> _Task material_
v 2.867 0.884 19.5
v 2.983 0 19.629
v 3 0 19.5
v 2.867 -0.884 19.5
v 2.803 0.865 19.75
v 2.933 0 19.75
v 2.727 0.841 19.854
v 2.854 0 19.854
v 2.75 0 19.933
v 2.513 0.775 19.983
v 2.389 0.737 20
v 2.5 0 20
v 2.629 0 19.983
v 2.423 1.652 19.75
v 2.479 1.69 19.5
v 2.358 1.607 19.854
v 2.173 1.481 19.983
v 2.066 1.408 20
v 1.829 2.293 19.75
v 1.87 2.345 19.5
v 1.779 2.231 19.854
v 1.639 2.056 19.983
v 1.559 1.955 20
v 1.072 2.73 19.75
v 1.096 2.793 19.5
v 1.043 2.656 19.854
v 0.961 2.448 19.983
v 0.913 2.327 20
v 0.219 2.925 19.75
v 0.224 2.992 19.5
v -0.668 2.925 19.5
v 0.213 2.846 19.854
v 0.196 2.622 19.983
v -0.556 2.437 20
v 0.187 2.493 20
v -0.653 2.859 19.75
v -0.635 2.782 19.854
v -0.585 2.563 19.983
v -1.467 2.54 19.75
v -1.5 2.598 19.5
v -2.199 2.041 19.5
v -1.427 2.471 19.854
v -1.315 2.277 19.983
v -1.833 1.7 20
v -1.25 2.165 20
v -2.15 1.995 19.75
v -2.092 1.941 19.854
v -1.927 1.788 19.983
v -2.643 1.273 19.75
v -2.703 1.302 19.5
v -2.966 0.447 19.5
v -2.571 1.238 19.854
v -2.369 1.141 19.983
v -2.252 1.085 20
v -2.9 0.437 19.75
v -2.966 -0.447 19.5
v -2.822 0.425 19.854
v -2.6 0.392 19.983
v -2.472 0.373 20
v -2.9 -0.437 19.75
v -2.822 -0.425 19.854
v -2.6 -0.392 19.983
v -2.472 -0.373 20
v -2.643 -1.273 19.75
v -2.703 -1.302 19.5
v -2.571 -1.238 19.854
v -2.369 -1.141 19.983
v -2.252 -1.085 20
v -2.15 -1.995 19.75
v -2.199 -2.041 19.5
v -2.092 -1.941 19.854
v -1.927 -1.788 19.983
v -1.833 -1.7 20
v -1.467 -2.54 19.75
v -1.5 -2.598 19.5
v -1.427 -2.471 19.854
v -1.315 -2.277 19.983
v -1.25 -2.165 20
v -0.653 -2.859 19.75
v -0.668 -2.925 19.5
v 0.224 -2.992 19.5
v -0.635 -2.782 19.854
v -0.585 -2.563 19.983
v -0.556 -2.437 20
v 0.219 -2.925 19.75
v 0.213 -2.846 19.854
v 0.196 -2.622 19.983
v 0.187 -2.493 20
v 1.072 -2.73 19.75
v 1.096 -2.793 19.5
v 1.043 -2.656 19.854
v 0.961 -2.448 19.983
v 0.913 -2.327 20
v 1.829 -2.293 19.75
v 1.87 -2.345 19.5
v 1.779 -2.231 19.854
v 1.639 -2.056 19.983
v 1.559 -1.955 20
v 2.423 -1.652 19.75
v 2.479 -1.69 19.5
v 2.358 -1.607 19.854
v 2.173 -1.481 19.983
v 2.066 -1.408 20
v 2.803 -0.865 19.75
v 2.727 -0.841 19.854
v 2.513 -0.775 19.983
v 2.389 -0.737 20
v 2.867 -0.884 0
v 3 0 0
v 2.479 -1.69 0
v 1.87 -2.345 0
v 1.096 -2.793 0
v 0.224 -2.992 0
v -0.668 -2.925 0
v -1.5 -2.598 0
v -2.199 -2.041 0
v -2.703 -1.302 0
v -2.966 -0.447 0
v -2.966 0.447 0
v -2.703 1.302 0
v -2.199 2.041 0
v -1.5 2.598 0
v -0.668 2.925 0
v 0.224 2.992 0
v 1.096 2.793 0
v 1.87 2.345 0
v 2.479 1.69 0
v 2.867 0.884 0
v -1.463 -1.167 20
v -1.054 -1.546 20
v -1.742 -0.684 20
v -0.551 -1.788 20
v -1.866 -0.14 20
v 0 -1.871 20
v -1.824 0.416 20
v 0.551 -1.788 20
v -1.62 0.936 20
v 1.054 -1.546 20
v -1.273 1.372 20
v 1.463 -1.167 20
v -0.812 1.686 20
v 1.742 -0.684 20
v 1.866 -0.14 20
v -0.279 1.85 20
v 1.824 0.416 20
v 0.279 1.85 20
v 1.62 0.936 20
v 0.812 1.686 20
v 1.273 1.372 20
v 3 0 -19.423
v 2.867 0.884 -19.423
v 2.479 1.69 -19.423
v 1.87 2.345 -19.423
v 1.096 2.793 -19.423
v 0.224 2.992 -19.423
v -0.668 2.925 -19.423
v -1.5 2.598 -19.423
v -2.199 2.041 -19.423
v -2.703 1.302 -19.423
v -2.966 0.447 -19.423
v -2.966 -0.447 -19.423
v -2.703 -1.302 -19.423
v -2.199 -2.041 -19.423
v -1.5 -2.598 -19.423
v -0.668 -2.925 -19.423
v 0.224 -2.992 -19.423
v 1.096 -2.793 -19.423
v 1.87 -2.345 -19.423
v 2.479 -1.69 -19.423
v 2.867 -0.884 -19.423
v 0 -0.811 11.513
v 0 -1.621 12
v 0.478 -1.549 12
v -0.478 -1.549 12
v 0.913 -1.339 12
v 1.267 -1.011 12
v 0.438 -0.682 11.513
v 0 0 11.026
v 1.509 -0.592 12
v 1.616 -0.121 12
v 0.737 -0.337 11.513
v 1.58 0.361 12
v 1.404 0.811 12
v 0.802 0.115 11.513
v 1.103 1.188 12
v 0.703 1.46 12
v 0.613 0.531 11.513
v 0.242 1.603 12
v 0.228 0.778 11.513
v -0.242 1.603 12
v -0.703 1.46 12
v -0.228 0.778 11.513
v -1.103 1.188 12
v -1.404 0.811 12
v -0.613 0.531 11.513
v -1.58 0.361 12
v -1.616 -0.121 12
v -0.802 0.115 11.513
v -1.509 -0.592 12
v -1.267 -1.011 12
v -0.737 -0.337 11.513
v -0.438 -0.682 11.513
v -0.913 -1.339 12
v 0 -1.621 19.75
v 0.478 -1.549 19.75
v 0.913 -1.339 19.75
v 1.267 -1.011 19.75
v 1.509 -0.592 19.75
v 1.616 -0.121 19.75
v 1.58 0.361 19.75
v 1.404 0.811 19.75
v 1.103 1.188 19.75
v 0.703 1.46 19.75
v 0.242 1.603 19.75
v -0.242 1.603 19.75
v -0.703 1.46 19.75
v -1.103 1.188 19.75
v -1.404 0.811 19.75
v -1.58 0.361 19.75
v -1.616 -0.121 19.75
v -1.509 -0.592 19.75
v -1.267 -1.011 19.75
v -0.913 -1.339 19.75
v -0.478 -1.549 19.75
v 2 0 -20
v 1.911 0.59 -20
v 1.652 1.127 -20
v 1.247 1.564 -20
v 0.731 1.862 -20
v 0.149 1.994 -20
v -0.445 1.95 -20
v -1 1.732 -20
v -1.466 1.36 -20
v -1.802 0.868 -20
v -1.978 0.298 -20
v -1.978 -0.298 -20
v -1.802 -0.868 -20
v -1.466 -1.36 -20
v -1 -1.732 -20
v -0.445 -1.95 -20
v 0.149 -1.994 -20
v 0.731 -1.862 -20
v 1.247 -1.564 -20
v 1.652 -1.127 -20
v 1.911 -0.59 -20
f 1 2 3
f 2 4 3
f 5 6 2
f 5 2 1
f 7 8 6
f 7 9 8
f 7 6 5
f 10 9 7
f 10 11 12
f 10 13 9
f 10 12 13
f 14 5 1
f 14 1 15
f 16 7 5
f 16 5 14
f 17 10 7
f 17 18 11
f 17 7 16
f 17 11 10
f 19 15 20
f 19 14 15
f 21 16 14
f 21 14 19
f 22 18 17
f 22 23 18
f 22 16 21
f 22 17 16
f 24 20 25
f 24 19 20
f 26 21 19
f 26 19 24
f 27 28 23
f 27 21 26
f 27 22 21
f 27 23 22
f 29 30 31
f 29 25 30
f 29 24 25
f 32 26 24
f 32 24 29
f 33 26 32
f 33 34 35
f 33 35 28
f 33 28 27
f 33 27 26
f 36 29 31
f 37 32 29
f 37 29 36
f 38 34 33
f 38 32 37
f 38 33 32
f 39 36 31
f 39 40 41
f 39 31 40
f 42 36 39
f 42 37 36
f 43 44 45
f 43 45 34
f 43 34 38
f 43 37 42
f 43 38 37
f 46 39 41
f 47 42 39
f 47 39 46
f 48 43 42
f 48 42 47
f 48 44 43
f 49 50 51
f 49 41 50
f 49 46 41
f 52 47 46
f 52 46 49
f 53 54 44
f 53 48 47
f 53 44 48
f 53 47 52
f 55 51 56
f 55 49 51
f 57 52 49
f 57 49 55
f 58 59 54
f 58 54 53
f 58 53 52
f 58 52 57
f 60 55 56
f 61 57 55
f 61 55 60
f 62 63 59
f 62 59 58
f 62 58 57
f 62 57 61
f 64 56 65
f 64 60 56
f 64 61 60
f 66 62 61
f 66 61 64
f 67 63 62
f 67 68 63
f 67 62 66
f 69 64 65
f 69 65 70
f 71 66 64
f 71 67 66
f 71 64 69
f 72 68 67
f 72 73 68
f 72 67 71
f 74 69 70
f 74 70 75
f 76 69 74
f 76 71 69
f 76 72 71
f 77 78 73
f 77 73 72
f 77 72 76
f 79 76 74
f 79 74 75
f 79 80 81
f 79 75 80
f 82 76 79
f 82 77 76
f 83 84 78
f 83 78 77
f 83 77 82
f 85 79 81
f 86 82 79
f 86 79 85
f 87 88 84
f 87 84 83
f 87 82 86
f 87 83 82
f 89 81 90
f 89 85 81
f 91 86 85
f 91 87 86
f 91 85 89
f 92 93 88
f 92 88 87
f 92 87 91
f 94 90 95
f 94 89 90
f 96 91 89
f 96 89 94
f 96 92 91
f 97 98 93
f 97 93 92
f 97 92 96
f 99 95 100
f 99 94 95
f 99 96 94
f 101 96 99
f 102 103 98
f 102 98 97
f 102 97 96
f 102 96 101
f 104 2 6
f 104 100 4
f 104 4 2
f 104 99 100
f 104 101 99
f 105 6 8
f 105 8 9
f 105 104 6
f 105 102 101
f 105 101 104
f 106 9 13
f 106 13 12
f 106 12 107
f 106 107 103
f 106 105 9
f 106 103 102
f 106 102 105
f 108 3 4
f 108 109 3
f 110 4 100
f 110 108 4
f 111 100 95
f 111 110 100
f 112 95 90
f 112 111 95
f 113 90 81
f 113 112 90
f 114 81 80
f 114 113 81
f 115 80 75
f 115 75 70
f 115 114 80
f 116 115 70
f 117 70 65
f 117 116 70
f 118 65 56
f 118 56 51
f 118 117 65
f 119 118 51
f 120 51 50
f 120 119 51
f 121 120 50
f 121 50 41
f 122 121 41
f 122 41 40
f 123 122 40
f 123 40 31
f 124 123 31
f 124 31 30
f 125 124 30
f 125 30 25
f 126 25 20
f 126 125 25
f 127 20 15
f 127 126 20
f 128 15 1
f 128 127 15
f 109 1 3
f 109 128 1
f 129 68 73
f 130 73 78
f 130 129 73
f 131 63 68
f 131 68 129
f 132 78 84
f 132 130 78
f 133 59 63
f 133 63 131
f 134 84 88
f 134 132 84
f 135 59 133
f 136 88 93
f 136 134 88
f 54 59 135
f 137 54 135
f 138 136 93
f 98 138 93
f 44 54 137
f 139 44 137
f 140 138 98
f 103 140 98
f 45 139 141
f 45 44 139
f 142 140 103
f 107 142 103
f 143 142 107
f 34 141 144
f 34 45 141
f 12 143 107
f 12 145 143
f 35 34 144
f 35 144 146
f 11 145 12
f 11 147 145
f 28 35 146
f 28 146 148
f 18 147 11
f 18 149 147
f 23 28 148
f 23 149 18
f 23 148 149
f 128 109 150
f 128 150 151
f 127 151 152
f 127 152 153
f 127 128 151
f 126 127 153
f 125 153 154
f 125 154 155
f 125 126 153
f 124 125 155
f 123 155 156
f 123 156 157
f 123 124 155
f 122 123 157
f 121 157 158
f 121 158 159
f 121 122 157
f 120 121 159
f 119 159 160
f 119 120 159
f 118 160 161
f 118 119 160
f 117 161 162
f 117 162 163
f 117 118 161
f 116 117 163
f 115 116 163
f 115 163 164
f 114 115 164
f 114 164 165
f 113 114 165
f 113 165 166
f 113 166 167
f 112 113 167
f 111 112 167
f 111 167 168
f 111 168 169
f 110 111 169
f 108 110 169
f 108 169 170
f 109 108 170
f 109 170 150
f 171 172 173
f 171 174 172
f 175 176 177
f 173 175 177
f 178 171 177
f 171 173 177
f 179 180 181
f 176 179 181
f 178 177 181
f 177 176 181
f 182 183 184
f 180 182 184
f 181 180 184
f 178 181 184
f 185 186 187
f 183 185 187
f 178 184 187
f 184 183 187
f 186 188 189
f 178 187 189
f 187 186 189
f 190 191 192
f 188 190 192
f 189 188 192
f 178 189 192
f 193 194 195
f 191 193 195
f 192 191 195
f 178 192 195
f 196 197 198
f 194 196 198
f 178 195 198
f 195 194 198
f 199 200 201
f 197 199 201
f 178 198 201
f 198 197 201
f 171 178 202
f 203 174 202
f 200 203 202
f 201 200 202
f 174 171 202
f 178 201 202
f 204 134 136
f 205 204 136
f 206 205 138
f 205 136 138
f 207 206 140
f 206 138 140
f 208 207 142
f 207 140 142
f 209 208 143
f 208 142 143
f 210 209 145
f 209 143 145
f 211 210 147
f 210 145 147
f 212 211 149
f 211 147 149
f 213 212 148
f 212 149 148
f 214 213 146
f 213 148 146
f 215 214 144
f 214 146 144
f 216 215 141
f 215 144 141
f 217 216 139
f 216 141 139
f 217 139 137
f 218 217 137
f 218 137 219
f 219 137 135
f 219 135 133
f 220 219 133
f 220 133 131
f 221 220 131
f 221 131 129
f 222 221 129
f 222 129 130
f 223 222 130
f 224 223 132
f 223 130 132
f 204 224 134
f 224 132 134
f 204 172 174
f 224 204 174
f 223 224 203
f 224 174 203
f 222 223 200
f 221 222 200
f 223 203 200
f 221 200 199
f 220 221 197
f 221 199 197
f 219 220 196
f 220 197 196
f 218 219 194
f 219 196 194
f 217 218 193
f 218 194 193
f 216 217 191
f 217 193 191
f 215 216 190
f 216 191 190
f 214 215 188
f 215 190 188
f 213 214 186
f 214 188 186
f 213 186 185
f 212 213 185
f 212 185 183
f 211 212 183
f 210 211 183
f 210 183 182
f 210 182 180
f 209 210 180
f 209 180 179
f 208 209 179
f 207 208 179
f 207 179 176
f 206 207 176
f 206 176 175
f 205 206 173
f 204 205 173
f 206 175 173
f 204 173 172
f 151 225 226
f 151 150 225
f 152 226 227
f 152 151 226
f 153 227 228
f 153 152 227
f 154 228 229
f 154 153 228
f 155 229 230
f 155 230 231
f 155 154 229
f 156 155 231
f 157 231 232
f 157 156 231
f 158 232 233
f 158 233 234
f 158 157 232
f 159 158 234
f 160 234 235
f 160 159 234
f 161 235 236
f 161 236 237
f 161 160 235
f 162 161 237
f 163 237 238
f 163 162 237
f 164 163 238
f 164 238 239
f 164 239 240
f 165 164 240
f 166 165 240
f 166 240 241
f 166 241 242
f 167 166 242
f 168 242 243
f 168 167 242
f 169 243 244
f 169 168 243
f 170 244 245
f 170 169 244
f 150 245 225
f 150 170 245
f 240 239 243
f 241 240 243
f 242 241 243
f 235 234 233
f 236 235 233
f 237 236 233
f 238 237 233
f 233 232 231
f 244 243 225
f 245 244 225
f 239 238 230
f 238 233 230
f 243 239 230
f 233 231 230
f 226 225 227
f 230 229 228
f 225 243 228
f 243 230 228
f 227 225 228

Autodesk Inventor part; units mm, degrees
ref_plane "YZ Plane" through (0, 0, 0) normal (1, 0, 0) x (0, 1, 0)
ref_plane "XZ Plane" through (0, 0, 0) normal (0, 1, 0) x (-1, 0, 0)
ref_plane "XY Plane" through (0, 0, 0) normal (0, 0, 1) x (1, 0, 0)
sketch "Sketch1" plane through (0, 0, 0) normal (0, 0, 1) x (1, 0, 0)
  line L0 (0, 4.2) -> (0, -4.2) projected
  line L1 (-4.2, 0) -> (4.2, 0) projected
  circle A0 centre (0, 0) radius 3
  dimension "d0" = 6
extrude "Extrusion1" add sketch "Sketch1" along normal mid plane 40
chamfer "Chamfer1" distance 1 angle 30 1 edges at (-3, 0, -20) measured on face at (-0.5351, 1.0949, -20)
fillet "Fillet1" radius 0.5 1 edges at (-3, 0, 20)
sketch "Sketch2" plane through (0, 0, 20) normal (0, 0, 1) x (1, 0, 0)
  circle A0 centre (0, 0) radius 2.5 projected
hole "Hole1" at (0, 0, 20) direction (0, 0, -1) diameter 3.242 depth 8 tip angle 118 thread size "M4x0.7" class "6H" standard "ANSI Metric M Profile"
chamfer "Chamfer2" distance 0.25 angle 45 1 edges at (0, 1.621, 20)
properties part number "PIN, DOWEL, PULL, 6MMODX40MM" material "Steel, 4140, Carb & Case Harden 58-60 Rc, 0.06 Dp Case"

* * *

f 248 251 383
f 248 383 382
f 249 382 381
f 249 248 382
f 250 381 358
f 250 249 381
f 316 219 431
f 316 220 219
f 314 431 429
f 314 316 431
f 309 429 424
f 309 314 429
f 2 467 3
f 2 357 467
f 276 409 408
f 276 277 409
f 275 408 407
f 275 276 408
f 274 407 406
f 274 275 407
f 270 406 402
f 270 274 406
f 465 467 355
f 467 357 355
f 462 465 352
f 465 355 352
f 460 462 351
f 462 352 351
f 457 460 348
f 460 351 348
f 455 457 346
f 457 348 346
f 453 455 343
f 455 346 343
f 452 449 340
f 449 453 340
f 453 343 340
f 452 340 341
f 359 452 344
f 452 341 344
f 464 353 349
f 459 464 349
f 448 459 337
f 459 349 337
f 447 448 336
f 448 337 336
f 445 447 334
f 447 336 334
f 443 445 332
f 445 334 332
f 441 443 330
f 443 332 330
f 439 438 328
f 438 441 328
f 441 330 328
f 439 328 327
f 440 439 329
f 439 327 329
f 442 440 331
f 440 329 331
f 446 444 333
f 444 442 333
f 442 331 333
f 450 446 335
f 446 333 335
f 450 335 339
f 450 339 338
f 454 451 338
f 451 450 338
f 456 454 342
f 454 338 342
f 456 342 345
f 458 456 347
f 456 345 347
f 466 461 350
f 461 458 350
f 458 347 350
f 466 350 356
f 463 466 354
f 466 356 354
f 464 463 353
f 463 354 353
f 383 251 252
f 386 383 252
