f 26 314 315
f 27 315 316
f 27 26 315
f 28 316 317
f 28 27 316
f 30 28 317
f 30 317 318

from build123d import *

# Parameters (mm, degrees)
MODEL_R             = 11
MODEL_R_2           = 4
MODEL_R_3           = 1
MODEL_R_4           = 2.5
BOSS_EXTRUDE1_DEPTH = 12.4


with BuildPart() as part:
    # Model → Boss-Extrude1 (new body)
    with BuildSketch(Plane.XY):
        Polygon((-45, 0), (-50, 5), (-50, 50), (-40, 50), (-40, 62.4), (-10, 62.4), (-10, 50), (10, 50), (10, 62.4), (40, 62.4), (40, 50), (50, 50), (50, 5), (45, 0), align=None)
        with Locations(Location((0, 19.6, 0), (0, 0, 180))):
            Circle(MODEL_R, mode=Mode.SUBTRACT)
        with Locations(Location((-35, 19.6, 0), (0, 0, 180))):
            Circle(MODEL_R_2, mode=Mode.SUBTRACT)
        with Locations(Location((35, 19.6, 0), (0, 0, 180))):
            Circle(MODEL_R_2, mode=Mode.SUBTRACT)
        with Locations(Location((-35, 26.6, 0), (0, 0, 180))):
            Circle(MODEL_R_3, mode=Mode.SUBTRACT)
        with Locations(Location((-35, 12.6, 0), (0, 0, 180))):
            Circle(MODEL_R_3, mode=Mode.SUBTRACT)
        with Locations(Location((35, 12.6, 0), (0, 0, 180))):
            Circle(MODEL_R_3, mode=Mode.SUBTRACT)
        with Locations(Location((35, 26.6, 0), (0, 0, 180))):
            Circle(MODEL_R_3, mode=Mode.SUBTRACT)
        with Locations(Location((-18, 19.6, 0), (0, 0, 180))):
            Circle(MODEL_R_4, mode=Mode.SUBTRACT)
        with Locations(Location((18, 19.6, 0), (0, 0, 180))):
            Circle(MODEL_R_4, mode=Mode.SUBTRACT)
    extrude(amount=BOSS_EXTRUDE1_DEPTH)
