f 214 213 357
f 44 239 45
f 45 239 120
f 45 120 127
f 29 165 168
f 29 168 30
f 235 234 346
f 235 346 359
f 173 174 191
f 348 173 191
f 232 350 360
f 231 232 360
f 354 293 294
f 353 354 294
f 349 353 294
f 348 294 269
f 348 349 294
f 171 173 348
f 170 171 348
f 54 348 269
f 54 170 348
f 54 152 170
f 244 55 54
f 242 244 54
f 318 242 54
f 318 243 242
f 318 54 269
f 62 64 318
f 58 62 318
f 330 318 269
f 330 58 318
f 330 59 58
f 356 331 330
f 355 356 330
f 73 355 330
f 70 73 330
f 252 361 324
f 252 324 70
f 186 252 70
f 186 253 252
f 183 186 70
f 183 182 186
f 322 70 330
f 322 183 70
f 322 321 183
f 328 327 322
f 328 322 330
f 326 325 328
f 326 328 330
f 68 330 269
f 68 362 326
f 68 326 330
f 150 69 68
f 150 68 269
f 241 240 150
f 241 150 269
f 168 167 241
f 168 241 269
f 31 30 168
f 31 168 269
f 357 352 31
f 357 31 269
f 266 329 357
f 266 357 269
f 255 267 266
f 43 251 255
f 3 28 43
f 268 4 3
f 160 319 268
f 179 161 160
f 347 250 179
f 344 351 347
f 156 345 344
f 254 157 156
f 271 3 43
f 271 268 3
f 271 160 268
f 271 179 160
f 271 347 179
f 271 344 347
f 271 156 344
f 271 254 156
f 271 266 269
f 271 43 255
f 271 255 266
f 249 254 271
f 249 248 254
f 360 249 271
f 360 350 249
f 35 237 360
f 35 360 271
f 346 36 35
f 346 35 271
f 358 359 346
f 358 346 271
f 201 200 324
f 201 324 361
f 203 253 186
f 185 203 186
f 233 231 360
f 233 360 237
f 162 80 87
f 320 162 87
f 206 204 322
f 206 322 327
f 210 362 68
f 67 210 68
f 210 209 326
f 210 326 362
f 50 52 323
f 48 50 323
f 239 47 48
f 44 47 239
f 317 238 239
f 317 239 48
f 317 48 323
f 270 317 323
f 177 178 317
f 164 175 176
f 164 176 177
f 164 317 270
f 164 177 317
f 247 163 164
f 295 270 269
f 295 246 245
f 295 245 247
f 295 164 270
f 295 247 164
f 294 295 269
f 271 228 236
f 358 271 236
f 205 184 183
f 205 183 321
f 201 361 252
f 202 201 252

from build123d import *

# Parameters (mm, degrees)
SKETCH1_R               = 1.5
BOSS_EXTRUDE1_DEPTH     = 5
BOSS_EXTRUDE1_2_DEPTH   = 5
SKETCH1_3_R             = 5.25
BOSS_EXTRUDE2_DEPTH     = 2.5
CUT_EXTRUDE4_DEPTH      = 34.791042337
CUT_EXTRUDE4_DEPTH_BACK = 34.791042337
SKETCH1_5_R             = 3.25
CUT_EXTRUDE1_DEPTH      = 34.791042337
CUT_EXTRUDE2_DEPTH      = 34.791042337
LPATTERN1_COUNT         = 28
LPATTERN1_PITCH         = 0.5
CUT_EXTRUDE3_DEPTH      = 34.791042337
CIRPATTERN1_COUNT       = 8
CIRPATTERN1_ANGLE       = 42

> _Task item_
What is needed is every line from the data above that includes the string "with", copied out.

> _Solution to the problem_
with BuildPart() as part:
    with BuildSketch(Plane.XY):
        with Locations(Location((0, 19.6, 0), (0, 0, 180))):
        with Locations(Location((-35, 19.6, 0), (0, 0, 180))):
        with Locations(Location((35, 19.6, 0), (0, 0, 180))):
        with Locations(Location((-35, 26.6, 0), (0, 0, 180))):
        with Locations(Location((-35, 12.6, 0), (0, 0, 180))):
        with Locations(Location((35, 12.6, 0), (0, 0, 180))):
        with Locations(Location((35, 26.6, 0), (0, 0, 180))):
        with Locations(Location((-18, 19.6, 0), (0, 0, 180))):
        with Locations(Location((18, 19.6, 0), (0, 0, 180))):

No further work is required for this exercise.